§ TASK PROMPT
Starting at the line with "#82=PLANE('',#81);" and going on through the line with "#118=CYLINDRICAL_SURFACE('',#117,3.);", reproduce each line in the records below exactly and nothing more.

[Stored items]

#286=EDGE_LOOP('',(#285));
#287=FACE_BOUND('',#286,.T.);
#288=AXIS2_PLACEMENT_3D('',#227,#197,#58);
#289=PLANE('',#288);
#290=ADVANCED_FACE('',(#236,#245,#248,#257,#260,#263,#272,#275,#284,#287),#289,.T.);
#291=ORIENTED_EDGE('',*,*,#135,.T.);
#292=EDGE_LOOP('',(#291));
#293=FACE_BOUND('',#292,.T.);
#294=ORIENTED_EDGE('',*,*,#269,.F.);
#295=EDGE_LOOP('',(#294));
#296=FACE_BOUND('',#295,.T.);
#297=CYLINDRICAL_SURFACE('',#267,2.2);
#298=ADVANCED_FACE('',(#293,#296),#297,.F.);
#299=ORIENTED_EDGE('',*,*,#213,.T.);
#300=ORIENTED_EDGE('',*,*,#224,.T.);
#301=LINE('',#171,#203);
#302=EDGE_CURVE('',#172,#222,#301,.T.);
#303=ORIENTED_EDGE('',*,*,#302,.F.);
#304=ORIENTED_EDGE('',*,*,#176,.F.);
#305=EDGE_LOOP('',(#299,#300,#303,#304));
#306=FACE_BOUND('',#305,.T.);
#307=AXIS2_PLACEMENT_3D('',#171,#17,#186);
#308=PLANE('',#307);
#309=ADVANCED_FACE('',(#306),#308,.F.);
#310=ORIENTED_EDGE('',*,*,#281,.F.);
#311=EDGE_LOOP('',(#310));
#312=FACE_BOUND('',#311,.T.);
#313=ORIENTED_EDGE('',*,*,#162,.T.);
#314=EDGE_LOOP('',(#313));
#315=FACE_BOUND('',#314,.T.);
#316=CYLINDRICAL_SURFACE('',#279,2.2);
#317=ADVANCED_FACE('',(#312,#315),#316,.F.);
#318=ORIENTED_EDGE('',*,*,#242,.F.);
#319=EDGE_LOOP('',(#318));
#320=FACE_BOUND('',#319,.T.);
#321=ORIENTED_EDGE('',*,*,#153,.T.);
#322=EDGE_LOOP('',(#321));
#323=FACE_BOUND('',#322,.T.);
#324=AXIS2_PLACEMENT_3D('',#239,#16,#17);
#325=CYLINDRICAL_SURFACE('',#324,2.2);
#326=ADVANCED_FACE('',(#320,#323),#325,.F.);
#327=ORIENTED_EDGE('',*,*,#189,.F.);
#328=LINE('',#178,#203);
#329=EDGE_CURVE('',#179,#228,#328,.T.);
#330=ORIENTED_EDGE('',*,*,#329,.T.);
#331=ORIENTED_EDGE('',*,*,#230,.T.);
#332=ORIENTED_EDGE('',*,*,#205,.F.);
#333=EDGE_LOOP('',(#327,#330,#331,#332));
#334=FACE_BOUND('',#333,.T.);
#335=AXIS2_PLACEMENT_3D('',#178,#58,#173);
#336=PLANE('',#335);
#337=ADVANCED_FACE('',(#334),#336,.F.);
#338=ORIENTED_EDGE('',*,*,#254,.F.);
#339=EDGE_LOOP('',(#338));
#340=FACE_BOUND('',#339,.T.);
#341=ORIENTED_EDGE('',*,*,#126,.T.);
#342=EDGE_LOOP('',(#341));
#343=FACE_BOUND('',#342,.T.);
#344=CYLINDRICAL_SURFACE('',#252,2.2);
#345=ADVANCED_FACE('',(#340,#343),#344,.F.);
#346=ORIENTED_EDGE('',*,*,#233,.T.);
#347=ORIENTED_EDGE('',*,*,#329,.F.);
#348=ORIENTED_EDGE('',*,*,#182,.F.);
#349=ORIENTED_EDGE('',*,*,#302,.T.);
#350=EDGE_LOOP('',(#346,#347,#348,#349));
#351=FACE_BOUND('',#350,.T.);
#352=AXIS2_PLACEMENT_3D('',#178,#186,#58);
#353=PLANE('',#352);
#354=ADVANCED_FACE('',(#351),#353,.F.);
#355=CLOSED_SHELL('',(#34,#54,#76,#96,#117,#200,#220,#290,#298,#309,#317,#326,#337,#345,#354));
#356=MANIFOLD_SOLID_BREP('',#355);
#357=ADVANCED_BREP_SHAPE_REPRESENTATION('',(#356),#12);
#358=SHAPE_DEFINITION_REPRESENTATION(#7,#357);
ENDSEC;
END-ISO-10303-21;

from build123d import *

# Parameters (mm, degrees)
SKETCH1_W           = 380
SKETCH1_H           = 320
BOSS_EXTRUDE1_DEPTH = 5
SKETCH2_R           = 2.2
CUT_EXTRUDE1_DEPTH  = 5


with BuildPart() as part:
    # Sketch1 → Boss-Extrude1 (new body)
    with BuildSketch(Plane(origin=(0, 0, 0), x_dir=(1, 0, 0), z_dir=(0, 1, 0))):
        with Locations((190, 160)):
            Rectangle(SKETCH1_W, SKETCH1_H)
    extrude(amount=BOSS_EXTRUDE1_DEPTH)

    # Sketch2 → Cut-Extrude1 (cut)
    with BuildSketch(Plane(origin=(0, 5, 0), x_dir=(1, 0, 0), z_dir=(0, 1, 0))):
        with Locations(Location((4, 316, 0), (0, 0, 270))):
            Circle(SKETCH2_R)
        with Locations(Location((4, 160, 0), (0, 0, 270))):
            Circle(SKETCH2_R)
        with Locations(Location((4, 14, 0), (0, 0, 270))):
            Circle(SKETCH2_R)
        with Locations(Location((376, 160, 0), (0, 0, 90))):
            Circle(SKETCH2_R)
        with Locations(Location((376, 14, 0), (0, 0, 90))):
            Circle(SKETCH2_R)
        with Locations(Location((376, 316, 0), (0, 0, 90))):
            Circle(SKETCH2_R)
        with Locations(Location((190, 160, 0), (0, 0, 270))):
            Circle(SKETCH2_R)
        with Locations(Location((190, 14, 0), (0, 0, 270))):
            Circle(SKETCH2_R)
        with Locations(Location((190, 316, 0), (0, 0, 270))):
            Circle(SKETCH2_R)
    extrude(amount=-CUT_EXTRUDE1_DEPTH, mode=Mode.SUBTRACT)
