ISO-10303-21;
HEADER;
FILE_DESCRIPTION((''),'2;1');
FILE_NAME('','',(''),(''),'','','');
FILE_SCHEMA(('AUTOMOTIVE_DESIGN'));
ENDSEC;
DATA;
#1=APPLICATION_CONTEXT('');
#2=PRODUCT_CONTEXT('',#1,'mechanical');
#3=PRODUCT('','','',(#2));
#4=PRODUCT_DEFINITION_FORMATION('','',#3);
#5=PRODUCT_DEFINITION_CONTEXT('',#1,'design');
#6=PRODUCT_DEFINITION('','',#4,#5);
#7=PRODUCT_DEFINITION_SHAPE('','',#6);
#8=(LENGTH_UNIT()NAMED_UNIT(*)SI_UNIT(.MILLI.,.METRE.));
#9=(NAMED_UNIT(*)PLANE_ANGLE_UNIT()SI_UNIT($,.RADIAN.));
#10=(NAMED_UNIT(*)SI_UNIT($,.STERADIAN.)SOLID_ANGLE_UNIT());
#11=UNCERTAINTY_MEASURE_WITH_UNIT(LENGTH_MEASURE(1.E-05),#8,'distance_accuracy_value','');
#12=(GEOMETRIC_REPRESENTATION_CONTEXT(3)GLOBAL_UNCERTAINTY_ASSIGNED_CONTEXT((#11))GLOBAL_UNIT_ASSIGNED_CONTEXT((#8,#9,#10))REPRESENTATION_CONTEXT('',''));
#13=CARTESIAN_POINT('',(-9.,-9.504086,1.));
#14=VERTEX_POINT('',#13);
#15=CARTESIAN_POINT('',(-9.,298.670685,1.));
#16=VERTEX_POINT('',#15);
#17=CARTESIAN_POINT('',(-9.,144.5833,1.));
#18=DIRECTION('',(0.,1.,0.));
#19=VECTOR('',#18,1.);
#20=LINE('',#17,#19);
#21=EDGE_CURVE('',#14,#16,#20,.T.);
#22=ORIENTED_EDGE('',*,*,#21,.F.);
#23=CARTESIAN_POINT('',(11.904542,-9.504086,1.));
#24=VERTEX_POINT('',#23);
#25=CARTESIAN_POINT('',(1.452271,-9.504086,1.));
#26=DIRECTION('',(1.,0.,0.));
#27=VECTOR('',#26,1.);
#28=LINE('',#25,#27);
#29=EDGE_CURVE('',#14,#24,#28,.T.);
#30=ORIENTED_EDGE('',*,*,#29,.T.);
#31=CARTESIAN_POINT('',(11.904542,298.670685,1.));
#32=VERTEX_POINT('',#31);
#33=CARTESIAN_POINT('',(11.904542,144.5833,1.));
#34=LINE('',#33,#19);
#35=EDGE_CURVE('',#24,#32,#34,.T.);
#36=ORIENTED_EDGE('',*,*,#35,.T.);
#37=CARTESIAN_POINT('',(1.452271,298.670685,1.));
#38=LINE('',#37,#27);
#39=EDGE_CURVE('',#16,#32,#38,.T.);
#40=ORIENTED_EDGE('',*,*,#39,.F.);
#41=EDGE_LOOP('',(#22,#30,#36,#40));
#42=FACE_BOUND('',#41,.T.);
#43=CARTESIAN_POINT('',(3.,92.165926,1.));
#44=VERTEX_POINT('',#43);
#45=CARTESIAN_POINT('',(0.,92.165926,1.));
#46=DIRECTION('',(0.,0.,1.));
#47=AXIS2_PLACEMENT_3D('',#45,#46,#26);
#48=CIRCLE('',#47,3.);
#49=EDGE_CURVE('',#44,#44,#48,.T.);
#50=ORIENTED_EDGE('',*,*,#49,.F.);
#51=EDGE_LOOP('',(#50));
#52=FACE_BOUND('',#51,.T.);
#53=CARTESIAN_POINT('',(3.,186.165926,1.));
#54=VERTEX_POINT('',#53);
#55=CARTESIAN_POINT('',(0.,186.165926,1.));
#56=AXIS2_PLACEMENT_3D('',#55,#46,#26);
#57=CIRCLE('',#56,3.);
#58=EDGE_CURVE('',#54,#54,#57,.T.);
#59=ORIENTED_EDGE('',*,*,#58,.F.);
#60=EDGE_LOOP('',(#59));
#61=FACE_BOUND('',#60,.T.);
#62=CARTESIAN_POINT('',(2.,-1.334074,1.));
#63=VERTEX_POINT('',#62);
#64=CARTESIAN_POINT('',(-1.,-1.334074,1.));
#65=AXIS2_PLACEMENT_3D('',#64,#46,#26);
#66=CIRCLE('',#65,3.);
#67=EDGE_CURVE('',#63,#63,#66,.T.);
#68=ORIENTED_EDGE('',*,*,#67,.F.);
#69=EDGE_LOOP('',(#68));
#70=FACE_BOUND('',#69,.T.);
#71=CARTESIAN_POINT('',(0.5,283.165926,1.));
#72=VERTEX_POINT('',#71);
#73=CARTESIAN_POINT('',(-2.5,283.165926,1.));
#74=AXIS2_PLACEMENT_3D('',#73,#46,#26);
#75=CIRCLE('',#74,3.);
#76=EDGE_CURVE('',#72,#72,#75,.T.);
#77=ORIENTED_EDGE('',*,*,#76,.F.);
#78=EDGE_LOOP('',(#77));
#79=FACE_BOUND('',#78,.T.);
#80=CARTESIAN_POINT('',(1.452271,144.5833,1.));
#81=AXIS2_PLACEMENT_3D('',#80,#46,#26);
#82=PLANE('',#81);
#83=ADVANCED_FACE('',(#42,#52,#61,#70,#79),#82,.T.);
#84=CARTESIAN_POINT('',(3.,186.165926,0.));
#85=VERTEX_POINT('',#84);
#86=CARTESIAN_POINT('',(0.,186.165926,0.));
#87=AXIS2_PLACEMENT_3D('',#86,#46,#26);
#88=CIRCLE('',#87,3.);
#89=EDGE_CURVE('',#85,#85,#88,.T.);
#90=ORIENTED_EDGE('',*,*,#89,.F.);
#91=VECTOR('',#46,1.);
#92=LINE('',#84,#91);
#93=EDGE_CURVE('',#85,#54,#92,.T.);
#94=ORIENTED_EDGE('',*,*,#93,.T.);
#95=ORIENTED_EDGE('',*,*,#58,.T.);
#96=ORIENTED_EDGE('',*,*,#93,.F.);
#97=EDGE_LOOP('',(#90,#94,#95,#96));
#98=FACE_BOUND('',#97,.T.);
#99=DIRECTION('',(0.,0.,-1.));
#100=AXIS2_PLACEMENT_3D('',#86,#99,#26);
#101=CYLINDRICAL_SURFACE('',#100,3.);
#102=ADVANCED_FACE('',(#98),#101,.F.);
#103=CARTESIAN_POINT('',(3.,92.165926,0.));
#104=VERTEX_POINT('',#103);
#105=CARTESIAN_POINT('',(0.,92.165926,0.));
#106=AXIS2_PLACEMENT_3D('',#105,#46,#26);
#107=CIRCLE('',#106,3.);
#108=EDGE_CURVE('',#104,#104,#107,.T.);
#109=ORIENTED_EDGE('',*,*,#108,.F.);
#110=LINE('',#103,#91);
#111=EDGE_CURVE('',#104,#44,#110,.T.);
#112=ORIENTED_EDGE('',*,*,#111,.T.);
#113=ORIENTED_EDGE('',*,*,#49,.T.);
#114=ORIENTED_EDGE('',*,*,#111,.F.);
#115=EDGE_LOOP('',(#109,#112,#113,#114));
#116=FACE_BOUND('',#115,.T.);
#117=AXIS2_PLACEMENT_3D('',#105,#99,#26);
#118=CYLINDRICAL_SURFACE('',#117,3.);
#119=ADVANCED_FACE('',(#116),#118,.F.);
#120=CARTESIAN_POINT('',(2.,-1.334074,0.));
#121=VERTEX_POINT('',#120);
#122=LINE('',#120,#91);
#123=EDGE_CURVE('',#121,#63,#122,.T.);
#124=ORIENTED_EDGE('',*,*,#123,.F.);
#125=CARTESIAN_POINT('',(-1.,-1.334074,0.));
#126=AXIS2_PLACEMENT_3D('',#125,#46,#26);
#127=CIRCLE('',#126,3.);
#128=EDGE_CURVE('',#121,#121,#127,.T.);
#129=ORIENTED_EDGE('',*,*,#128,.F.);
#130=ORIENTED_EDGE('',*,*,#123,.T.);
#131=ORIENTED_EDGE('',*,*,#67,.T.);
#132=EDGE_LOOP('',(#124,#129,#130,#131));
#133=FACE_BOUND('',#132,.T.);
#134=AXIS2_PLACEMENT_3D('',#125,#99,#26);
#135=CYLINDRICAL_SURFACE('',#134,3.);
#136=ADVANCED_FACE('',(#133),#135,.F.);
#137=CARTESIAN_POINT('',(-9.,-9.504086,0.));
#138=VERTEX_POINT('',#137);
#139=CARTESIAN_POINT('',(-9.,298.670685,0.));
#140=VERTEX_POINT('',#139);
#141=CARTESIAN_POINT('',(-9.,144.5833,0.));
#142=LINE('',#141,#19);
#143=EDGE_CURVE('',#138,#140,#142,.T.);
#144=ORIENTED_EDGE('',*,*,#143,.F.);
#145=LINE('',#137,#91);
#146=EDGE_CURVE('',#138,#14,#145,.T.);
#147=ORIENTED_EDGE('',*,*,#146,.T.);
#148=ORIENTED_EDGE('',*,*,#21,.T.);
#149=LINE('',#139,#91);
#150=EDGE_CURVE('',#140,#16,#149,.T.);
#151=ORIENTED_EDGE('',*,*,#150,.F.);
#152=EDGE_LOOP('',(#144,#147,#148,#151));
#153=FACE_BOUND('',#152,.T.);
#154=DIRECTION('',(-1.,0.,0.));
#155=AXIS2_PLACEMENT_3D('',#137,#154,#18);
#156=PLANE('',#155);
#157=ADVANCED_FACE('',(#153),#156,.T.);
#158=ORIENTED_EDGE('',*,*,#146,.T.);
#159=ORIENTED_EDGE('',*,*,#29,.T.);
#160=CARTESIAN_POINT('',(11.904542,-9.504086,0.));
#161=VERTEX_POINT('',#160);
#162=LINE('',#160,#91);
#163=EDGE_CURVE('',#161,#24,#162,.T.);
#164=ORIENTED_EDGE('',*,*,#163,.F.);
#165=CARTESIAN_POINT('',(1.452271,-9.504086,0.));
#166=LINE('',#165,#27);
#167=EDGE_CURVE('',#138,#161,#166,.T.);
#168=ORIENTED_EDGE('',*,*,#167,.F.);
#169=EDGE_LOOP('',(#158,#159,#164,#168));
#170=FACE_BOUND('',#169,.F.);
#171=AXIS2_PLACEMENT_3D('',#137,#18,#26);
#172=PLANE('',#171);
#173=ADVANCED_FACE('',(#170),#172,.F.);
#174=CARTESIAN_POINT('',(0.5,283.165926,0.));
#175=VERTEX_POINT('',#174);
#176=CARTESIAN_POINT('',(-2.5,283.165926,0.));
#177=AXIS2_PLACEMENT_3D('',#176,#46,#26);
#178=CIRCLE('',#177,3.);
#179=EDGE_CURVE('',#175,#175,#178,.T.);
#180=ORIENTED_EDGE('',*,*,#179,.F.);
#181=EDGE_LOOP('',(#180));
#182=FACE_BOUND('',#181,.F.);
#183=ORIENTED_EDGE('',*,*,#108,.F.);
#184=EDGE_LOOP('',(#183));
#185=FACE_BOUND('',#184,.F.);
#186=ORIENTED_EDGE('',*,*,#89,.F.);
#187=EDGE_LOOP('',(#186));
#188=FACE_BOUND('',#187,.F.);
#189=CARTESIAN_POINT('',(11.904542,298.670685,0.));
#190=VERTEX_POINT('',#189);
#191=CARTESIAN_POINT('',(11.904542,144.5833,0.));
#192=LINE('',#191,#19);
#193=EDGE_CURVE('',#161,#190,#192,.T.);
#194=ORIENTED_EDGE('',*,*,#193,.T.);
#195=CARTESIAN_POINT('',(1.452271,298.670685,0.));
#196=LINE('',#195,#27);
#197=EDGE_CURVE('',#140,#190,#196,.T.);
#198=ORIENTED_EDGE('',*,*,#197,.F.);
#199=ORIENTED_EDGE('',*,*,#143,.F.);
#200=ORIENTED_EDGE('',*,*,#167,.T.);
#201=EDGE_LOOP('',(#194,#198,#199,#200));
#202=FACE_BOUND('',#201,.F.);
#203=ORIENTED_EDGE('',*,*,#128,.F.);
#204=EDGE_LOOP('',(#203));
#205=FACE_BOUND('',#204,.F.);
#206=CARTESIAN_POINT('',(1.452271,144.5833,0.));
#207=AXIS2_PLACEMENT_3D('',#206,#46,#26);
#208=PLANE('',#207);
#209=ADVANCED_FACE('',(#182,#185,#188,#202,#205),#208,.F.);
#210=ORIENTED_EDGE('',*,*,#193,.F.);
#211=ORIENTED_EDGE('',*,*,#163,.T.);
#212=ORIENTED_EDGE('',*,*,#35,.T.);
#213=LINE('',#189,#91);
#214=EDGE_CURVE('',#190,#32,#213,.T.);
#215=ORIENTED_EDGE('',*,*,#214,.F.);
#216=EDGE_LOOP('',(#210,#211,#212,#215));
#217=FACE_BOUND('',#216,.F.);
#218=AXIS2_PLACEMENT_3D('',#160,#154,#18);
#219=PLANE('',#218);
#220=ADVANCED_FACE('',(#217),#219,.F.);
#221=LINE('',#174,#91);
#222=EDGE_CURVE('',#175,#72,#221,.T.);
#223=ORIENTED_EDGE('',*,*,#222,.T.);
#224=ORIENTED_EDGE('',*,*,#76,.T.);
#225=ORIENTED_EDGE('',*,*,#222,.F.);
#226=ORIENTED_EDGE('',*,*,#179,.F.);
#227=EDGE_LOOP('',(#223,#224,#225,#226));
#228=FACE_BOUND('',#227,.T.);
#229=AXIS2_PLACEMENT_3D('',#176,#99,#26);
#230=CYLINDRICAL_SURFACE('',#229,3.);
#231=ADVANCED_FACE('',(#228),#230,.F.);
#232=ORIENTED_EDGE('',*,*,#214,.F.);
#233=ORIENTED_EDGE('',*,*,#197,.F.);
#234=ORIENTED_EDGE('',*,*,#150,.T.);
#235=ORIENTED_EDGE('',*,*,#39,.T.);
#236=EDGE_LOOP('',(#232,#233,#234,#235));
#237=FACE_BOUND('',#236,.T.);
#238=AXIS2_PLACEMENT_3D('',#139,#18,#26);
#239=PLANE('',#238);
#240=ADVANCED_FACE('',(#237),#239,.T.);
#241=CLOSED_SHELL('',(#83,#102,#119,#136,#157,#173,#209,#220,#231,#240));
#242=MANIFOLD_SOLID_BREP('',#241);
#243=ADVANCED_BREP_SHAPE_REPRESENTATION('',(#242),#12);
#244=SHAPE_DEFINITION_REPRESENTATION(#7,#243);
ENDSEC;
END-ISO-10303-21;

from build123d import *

# Parameters (mm, degrees)
SKETCH_W  = 20.904542
SKETCH_H  = 308.174771
SKETCH_R  = 3
PAD_DEPTH = 1


with BuildPart() as part:
    # Sketch → Pad (new body)
    with BuildSketch(Plane.XY):
        with Locations((1.452271, 144.5833)):
            Rectangle(SKETCH_W, SKETCH_H)
        with Locations((-1, -1.334074)):
            Circle(SKETCH_R, mode=Mode.SUBTRACT)
        with Locations((0, 92.165926)):
            Circle(SKETCH_R, mode=Mode.SUBTRACT)
        with Locations((0, 186.165926)):
            Circle(SKETCH_R, mode=Mode.SUBTRACT)
        with Locations((-2.5, 283.165926)):
            Circle(SKETCH_R, mode=Mode.SUBTRACT)
    extrude(amount=PAD_DEPTH)


solid = part.part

§ RESPONSE AREA
#82=PLANE('',#81);
#83=ADVANCED_FACE('',(#42,#52,#61,#70,#79),#82,.T.);
#84=CARTESIAN_POINT('',(3.,186.165926,0.));
#85=VERTEX_POINT('',#84);
#86=CARTESIAN_POINT('',(0.,186.165926,0.));
#87=AXIS2_PLACEMENT_3D('',#86,#46,#26);
#88=CIRCLE('',#87,3.);
#89=EDGE_CURVE('',#85,#85,#88,.T.);
#90=ORIENTED_EDGE('',*,*,#89,.F.);
#91=VECTOR('',#46,1.);
#92=LINE('',#84,#91);
#93=EDGE_CURVE('',#85,#54,#92,.T.);
#94=ORIENTED_EDGE('',*,*,#93,.T.);
#95=ORIENTED_EDGE('',*,*,#58,.T.);
#96=ORIENTED_EDGE('',*,*,#93,.F.);
#97=EDGE_LOOP('',(#90,#94,#95,#96));
#98=FACE_BOUND('',#97,.T.);
#99=DIRECTION('',(0.,0.,-1.));
#100=AXIS2_PLACEMENT_3D('',#86,#99,#26);
#101=CYLINDRICAL_SURFACE('',#100,3.);
#102=ADVANCED_FACE('',(#98),#101,.F.);
#103=CARTESIAN_POINT('',(3.,92.165926,0.));
#104=VERTEX_POINT('',#103);
#105=CARTESIAN_POINT('',(0.,92.165926,0.));
#106=AXIS2_PLACEMENT_3D('',#105,#46,#26);
#107=CIRCLE('',#106,3.);
#108=EDGE_CURVE('',#104,#104,#107,.T.);
#109=ORIENTED_EDGE('',*,*,#108,.F.);
#110=LINE('',#103,#91);
#111=EDGE_CURVE('',#104,#44,#110,.T.);
#112=ORIENTED_EDGE('',*,*,#111,.T.);
#113=ORIENTED_EDGE('',*,*,#49,.T.);
#114=ORIENTED_EDGE('',*,*,#111,.F.);
#115=EDGE_LOOP('',(#109,#112,#113,#114));
#116=FACE_BOUND('',#115,.T.);
#117=AXIS2_PLACEMENT_3D('',#105,#99,#26);
#118=CYLINDRICAL_SURFACE('',#117,3.);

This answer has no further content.